• **Task goal**
Work out how many lines in the data below include "part", then reply with that number only.

.....

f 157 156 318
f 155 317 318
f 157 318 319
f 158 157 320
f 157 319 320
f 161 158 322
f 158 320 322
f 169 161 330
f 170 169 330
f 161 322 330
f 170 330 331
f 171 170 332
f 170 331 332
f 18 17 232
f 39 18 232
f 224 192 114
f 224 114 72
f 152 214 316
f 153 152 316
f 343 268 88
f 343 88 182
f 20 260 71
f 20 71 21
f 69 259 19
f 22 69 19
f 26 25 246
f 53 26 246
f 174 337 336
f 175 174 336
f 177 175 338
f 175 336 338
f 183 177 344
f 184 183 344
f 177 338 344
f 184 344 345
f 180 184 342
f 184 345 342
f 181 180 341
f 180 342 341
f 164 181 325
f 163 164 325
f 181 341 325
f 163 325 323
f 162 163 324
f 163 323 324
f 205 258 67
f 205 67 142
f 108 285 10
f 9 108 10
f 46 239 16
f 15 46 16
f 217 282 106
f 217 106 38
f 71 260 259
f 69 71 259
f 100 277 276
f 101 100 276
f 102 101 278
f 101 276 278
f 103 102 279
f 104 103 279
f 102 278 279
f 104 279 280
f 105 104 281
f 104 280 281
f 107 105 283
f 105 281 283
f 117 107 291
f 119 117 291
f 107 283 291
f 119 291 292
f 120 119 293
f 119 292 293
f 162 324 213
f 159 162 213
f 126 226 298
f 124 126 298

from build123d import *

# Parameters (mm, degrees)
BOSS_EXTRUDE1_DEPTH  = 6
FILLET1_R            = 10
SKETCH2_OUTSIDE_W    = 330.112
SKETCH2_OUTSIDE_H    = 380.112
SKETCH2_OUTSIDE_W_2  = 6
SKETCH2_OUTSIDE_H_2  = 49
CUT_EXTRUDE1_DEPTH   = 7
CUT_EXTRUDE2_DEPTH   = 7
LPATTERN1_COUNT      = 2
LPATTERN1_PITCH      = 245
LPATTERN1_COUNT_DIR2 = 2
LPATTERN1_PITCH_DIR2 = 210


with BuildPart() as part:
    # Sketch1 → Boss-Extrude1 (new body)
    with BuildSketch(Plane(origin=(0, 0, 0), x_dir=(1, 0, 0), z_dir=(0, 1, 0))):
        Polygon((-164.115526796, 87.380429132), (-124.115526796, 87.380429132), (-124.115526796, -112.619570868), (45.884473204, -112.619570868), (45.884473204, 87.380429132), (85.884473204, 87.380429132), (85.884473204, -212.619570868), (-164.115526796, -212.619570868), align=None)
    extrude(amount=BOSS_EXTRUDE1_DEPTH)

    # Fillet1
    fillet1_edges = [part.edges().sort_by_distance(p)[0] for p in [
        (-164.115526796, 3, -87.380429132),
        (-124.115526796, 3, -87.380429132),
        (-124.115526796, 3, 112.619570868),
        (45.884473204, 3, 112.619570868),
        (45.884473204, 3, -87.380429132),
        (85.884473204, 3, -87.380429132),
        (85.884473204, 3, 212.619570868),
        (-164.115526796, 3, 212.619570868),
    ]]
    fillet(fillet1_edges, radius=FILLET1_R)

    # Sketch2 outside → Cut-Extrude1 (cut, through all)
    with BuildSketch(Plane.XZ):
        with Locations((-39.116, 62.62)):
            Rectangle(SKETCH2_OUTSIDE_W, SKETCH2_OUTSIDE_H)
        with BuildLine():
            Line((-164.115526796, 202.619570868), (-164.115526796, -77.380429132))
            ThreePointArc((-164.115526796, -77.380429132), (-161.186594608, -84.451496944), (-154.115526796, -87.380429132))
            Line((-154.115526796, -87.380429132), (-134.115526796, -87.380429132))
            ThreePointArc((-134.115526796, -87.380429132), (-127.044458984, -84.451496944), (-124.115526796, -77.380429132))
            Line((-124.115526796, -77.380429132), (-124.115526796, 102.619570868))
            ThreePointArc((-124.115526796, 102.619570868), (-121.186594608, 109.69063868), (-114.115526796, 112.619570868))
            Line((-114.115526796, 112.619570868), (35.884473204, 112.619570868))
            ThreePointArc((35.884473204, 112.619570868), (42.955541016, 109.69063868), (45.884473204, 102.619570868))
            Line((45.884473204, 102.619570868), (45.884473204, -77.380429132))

.....

• **Written answer**
2